Detection of Single-Nucleotide Polymorphisms (SNPs)
Differences
between the DNA sequences of individuals and species are
due to alterations of the four-letter ACGT code. Most such alterations are
not newly-arisen "mutations" between the previous and
present generations, but rather persistent variation present in
populations, called single-nucleotide
polymorphisms or SNPs. The image is a portion of an Applied
Biosystem Automated DNA sequencer chromatogram.The
top window shows an 80-nucleotide stretch of DNA from a
group of eight Atlantic Cod. Black dots in the upper
window flag positions at which one individual differs by a
single SNP from the others. The grey bracket
frames an eight-base region with two SNPs, for which the
chromatogram data are shown in the lower window.

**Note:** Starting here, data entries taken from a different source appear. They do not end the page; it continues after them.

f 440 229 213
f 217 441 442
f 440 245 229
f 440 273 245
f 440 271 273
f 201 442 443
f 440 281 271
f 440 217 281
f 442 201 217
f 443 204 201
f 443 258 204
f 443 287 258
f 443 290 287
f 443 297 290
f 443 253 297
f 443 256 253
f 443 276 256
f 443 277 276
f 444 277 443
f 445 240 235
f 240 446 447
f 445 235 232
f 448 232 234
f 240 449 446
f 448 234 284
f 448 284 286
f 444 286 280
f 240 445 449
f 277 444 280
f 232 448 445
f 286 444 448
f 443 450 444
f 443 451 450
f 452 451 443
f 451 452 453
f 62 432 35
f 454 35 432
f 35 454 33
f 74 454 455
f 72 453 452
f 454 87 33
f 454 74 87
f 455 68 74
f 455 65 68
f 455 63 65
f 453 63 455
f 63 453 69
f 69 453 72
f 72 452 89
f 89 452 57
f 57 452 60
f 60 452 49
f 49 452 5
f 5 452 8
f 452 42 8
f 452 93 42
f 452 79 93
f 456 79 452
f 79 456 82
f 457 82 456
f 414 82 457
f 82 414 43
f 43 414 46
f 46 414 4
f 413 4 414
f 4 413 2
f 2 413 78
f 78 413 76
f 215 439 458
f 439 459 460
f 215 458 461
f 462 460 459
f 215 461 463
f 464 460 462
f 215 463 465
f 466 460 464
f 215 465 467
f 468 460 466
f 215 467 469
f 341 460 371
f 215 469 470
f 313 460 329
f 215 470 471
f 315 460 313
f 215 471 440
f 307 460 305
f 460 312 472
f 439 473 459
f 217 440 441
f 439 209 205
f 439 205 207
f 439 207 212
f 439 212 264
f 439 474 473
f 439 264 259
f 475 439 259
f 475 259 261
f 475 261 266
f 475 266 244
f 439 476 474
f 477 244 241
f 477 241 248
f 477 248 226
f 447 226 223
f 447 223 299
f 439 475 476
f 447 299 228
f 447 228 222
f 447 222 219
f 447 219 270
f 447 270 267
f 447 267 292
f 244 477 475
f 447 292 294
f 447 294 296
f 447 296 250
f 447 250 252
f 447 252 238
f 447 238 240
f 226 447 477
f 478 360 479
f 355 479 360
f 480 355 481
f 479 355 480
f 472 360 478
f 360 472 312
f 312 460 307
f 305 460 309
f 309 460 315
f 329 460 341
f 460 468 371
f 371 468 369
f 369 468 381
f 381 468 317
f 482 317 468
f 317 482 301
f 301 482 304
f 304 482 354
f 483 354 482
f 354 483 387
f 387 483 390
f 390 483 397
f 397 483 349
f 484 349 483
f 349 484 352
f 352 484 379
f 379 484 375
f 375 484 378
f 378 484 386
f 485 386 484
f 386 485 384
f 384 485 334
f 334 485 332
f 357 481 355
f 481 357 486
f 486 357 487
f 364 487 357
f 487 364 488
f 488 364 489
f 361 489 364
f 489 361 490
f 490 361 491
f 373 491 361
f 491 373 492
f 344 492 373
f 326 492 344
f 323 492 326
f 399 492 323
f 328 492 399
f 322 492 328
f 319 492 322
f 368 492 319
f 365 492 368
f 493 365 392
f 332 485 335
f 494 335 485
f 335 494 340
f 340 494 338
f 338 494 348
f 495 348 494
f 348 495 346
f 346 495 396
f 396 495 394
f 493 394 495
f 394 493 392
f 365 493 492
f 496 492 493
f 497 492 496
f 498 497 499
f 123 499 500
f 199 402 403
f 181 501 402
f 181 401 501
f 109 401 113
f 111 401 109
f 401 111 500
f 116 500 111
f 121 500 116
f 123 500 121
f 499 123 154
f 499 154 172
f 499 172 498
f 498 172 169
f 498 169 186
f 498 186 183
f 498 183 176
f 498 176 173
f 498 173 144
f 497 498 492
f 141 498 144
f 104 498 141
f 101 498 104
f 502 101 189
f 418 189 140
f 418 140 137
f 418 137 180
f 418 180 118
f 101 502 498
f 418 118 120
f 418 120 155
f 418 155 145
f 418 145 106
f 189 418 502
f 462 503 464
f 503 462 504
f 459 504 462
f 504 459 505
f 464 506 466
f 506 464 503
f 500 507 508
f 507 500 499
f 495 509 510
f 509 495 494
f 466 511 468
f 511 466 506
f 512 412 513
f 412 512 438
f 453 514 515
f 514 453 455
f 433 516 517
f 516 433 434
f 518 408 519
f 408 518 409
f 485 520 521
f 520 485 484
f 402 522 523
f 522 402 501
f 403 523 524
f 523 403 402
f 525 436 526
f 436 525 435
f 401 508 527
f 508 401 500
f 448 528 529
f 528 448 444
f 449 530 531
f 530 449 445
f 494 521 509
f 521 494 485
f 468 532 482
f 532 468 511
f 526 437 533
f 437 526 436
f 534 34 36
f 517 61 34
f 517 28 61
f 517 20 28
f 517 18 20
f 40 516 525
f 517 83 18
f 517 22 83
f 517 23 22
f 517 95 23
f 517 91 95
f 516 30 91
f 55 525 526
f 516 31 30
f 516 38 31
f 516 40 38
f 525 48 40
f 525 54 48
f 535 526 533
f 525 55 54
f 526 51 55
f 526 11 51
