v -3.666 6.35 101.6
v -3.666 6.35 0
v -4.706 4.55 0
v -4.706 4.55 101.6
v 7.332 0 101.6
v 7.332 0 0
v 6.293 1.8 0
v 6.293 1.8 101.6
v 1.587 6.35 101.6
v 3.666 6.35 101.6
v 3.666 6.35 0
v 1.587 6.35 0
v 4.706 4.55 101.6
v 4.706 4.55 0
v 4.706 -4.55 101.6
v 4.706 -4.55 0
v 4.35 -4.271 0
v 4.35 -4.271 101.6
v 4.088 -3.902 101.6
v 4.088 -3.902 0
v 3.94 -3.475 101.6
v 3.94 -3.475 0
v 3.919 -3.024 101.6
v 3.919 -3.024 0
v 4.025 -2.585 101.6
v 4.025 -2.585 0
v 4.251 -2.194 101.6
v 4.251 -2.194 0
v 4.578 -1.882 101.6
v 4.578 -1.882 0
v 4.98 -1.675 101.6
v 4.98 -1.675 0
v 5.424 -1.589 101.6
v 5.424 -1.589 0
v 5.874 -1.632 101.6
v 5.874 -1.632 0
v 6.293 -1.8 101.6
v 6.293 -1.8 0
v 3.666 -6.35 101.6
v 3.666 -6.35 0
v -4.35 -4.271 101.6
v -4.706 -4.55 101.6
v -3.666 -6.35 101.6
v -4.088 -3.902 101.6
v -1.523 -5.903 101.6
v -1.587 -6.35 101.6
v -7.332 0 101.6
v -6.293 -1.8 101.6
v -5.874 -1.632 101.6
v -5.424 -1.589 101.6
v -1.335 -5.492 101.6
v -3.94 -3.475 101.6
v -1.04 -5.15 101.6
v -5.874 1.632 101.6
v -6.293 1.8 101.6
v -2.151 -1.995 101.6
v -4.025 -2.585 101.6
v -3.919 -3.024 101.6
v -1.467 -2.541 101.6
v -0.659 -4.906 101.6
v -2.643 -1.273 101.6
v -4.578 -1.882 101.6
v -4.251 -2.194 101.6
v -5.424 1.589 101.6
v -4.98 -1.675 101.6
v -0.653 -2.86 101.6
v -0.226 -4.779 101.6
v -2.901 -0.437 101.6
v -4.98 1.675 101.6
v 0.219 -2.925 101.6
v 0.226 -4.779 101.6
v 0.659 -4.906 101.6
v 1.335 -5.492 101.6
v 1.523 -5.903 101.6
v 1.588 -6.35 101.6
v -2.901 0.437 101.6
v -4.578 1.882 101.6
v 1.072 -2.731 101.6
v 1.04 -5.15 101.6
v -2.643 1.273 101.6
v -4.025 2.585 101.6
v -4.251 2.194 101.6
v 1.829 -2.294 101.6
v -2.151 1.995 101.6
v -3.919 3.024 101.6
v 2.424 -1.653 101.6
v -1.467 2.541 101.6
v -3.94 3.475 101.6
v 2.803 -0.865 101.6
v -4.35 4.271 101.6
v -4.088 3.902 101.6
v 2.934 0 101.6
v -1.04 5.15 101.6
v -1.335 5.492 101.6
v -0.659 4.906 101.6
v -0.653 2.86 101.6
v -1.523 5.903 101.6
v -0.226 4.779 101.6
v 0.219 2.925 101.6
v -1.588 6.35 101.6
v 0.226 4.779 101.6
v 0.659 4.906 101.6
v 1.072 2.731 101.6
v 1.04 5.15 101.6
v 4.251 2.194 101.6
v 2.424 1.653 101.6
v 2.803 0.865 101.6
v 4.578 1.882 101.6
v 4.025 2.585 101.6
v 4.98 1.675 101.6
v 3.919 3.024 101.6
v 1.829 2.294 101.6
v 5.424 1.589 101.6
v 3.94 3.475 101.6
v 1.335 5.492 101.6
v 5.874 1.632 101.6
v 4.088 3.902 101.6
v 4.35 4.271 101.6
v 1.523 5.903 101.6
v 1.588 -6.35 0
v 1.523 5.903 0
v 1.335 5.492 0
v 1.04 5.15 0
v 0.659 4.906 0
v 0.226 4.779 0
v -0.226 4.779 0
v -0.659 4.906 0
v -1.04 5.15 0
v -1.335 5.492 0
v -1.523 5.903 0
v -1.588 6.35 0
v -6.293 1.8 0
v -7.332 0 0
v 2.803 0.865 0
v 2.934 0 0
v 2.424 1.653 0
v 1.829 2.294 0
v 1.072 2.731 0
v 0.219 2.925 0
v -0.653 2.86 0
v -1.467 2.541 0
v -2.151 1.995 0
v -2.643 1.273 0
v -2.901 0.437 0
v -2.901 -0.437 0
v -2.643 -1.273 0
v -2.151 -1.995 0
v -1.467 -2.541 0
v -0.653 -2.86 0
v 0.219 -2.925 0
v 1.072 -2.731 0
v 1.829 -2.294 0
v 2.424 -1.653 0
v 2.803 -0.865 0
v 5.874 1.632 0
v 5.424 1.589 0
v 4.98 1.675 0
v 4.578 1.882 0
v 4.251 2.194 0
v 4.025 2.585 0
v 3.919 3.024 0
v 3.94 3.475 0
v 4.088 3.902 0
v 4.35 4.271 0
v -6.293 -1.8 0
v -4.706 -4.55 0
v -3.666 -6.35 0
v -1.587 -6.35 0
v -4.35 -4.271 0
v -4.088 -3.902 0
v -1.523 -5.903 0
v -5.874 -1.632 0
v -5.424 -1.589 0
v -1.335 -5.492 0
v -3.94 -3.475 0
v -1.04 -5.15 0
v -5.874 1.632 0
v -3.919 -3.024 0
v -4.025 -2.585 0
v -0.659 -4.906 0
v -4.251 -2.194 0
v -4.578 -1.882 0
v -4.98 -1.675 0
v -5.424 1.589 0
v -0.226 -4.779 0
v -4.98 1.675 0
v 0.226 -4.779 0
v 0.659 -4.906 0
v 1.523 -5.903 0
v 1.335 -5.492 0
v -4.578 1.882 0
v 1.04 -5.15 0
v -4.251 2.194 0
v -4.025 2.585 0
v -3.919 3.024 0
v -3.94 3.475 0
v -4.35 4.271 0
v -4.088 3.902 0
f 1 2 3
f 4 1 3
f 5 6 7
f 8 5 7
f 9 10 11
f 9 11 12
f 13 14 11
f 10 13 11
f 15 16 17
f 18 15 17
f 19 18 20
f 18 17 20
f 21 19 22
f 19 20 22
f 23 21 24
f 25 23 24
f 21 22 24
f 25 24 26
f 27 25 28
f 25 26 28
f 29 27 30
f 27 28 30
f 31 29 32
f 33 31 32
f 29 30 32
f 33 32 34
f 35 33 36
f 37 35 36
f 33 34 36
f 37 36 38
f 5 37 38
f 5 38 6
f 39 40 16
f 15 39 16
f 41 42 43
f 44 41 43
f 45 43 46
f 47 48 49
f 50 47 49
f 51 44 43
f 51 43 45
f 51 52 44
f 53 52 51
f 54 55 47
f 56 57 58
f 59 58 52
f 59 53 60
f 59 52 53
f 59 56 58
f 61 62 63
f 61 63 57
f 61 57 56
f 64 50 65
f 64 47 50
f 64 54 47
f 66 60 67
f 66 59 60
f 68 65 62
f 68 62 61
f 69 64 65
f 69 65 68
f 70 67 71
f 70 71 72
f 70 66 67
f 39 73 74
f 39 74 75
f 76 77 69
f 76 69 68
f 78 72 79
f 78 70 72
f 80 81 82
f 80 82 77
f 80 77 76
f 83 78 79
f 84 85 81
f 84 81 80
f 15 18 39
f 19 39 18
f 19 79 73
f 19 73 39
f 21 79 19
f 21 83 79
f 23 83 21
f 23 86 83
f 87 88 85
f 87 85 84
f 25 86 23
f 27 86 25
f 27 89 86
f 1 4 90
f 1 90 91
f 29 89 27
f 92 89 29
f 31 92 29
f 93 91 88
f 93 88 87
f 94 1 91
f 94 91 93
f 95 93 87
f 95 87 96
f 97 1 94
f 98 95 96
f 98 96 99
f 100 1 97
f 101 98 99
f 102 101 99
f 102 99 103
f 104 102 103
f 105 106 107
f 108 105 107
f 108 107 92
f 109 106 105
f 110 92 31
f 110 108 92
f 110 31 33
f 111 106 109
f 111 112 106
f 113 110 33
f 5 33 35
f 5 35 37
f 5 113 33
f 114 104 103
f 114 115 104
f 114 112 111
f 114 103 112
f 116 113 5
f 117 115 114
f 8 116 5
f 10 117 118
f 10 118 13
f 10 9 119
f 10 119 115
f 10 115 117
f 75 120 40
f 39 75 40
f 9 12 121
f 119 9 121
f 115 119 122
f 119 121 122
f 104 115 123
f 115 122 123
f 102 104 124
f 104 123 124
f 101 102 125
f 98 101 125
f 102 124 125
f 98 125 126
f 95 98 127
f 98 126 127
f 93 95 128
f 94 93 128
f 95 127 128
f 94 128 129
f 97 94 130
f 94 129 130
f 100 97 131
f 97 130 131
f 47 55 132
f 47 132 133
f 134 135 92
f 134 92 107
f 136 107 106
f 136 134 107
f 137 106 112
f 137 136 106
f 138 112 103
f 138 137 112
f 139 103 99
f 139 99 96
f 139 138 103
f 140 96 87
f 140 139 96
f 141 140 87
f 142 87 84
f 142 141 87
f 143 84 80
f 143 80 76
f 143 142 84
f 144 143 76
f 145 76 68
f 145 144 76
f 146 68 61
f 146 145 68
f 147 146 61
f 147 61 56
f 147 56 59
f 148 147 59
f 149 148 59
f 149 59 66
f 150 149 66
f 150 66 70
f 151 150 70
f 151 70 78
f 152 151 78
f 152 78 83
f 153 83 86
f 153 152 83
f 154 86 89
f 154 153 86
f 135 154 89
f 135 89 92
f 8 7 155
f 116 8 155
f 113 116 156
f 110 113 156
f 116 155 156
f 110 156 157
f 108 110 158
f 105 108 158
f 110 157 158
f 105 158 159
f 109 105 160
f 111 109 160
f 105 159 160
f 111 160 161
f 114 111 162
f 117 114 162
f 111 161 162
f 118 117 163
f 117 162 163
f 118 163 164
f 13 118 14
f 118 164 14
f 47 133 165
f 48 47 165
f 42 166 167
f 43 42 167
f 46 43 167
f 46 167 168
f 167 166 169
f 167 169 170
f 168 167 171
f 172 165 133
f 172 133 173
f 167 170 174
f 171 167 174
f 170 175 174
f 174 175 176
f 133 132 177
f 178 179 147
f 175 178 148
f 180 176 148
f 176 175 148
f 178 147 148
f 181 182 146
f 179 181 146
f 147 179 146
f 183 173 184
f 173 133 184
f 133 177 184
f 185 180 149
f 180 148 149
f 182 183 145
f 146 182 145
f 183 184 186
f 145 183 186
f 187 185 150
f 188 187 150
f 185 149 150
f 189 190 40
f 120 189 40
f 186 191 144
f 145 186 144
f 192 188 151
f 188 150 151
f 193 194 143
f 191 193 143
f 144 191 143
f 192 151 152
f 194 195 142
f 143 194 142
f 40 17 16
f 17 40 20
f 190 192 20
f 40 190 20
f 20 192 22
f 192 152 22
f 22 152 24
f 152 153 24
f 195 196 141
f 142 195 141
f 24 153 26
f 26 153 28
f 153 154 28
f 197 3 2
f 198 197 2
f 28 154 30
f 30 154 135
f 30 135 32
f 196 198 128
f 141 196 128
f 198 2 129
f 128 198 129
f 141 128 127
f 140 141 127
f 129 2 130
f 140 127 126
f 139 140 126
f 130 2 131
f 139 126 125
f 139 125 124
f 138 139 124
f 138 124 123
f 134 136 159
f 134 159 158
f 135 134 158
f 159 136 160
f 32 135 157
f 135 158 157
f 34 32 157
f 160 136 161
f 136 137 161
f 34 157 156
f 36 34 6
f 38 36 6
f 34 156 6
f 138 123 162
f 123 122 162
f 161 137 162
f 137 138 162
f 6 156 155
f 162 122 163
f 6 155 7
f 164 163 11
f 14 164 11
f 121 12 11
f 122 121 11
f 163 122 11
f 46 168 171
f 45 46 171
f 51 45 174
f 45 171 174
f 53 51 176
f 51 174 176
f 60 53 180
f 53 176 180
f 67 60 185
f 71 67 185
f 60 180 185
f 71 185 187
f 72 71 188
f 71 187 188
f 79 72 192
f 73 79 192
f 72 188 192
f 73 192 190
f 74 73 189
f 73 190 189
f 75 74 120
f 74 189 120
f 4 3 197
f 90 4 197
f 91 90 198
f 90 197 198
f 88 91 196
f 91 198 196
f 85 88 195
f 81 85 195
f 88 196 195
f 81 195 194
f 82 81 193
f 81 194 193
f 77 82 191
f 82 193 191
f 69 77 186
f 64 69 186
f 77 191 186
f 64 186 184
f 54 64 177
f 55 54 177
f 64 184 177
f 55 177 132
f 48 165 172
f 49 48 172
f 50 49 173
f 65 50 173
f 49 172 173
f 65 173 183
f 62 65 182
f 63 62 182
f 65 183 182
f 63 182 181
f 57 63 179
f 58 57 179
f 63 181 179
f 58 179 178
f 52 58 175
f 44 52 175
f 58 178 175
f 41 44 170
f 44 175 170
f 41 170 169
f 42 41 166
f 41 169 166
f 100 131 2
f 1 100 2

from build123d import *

# Parameters (mm, degrees)
SKETCH1_R           = 2.9337
BOSS_EXTRUDE1_DEPTH = 101.6


with BuildPart() as part:
    # Sketch1 → Boss-Extrude1 (new body)
    with BuildSketch(Plane.XY):
        with BuildLine():
            Line((-1.587500385, 6.349999904), (-3.666174594, 6.349999778))
            Line((-3.666174594, 6.349999778), (-4.70551159, 4.549815043))
            ThreePointArc((-4.70551159, 4.549815043), (-4.12444613, 2.38124975), (-6.293011423, 1.80018429))
            Line((-6.293011423, 1.80018429), (-7.332348419, -4.44e-07))
            Line((-7.332348419, -4.44e-07), (-6.293011205, -1.800185053))
            ThreePointArc((-6.293011205, -1.800185053), (-4.124445841, -2.38125025), (-4.705511038, -4.549815614))
            Line((-4.705511038, -4.549815614), (-3.666173825, -6.350000222))
            Line((-3.666173825, -6.350000222), (-1.587499615, -6.350000096))
            ThreePointArc((-1.587499615, -6.350000096), (2.89e-07, -4.7625), (1.587500385, -6.349999904))
            Line((1.587500385, -6.349999904), (3.666174594, -6.349999778))
            Line((3.666174594, -6.349999778), (4.70551159, -4.549815043))
            ThreePointArc((4.70551159, -4.549815043), (4.12444613, -2.38124975), (6.293011423, -1.80018429))
            Line((6.293011423, -1.80018429), (7.332348419, 4.44e-07))
            Line((7.332348419, 4.44e-07), (6.293011205, 1.800185053))
            ThreePointArc((6.293011205, 1.800185053), (4.124445841, 2.38125025), (4.705511038, 4.549815614))
            Line((4.705511038, 4.549815614), (3.666173825, 6.350000222))
            Line((3.666173825, 6.350000222), (1.587499615, 6.350000096))
            ThreePointArc((1.587499615, 6.350000096), (-2.89e-07, 4.7625), (-1.587500385, 6.349999904))
        make_face()
        Circle(SKETCH1_R, mode=Mode.SUBTRACT)
    extrude(amount=BOSS_EXTRUDE1_DEPTH)


solid = part.part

Most individuals have the sequence CACATAGG: individuals BS02
& BS11 share a CT SNP variant at the third
position (CATATAGG)
and individual BS03 has a unique AG SNP at the sixth position (CACATGGG).
Identification of such genetic differences among individuals or
species permits inferences about relationships among individuals
in time (genealogy) and space (phylogeography),
and the evolutionary history (phylogeny) of species. For
example, reconstruction of the pattern of SNP variation shows
that individuals BS02 and
BS03 are less
closely related to each other than either is to individual BS01.